Dataset entries:
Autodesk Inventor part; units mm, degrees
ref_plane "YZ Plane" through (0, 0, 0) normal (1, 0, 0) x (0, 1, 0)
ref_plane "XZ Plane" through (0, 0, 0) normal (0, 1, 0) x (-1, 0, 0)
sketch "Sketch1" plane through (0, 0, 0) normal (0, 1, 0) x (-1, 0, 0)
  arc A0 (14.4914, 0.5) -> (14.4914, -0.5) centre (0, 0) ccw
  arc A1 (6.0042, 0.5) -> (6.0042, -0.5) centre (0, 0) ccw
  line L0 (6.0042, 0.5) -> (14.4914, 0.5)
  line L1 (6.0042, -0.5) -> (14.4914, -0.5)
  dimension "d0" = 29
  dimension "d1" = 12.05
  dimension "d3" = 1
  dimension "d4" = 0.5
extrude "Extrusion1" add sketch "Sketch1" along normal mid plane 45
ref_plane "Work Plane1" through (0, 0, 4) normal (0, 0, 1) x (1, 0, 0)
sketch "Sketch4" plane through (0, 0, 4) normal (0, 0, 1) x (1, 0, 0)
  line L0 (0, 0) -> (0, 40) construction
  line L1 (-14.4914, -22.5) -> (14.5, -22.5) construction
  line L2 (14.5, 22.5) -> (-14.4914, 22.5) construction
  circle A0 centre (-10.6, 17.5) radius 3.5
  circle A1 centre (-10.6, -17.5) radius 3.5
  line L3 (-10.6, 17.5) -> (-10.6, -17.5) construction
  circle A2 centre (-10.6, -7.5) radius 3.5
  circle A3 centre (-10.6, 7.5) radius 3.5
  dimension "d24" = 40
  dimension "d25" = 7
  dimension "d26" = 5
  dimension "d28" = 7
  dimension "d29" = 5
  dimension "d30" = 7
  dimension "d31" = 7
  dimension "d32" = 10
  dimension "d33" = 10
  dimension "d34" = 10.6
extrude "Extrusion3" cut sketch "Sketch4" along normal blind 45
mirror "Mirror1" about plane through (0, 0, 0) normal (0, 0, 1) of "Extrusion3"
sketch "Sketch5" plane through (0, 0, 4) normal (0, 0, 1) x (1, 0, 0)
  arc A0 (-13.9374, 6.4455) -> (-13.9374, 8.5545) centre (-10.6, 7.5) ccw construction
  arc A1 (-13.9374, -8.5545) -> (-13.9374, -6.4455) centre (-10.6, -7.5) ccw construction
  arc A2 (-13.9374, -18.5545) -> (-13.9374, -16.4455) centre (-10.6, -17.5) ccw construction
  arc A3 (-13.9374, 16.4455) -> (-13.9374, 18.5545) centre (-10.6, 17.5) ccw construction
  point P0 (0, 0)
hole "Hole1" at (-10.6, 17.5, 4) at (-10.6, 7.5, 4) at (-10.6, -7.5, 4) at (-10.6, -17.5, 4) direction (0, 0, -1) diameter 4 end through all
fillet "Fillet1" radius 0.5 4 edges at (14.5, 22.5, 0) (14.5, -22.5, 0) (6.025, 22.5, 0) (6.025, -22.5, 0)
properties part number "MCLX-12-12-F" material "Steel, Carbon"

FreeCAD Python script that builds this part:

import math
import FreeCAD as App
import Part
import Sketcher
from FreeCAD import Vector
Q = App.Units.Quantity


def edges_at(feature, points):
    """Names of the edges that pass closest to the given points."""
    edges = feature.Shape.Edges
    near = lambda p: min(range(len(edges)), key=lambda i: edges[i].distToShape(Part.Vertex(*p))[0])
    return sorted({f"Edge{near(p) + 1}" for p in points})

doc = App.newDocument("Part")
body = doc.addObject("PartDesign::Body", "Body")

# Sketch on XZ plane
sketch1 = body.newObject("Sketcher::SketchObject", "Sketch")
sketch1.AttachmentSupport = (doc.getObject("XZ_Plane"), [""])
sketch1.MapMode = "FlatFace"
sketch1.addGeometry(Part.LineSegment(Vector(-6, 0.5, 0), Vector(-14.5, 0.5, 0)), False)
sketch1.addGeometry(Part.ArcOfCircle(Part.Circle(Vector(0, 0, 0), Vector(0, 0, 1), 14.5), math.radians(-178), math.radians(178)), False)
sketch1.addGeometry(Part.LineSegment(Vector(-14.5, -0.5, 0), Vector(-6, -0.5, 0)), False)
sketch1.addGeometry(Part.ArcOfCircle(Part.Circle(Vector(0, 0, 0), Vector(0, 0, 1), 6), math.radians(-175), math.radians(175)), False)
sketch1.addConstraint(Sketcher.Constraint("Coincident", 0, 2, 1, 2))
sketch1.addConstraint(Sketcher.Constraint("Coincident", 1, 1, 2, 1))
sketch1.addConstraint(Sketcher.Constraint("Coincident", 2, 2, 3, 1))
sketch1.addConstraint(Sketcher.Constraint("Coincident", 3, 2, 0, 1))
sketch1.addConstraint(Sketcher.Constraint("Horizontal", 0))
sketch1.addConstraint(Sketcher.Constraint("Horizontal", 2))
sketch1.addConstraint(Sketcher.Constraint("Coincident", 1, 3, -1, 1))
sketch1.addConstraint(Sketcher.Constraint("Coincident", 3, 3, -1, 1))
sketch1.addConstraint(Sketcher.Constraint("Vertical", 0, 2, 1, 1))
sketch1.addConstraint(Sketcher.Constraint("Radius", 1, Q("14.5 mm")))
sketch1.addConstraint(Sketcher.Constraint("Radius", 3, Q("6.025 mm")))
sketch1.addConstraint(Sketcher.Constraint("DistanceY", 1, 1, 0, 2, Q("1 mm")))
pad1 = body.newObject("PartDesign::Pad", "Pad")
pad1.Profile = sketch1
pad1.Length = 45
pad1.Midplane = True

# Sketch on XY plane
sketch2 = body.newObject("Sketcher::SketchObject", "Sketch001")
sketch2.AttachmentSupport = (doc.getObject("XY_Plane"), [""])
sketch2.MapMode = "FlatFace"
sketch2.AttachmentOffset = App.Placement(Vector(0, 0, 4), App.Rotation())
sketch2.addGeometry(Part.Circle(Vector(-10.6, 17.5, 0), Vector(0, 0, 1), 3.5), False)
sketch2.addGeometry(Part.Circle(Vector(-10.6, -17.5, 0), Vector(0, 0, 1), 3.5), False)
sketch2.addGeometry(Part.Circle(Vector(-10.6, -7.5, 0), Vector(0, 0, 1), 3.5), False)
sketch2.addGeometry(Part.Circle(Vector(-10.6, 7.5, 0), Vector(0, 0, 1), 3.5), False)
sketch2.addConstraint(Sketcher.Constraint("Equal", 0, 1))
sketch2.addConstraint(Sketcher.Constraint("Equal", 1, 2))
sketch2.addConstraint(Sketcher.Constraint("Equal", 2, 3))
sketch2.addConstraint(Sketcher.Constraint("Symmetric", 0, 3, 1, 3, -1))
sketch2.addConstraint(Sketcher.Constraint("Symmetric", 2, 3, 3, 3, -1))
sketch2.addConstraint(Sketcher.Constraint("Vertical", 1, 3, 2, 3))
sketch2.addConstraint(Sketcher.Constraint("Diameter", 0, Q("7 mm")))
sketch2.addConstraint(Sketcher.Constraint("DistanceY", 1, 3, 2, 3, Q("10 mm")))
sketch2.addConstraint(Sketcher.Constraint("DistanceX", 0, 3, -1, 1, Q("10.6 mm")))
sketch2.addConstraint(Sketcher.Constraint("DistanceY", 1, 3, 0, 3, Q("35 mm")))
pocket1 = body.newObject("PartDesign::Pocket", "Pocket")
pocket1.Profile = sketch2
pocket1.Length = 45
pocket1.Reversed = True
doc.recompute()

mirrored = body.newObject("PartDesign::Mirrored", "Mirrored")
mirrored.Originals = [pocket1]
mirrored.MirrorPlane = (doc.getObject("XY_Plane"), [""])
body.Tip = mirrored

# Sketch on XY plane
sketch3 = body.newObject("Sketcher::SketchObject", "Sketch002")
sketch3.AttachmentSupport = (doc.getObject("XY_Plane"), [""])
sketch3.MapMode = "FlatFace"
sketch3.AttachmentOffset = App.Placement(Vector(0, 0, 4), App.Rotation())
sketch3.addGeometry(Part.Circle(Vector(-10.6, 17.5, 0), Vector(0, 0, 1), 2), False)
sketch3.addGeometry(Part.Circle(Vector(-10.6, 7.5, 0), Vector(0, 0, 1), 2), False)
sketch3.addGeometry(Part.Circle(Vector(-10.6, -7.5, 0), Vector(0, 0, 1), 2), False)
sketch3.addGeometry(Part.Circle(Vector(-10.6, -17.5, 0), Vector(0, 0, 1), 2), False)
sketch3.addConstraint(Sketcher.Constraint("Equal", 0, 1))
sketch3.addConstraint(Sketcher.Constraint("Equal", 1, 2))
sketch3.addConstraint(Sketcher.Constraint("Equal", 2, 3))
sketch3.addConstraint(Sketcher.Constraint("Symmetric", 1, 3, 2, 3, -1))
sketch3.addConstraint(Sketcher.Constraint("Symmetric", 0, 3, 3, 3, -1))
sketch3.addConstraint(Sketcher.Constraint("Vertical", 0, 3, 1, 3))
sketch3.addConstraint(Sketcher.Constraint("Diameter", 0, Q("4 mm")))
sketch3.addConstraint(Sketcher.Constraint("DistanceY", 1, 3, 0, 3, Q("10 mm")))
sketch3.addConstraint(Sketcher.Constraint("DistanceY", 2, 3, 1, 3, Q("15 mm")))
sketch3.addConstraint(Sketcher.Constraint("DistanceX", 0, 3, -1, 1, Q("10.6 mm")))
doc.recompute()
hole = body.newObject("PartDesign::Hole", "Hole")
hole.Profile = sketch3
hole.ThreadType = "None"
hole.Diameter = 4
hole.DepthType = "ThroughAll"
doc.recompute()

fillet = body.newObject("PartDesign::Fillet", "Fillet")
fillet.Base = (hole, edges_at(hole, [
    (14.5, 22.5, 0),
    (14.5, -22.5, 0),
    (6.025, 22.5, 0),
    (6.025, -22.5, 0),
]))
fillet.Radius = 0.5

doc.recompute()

## WORK ORDER
For this task, write out exactly the lines of the entries above, starting at the line with "point P0 (0, 0)" and ending at the line with "end through all", both included, and no others.

## RESPONSE TO THE TASK
  point P0 (0, 0)
hole "Hole1" at (-10.6, 17.5, 4) at (-10.6, 7.5, 4) at (-10.6, -7.5, 4) at (-10.6, -17.5, 4) direction (0, 0, -1) diameter 4 end through all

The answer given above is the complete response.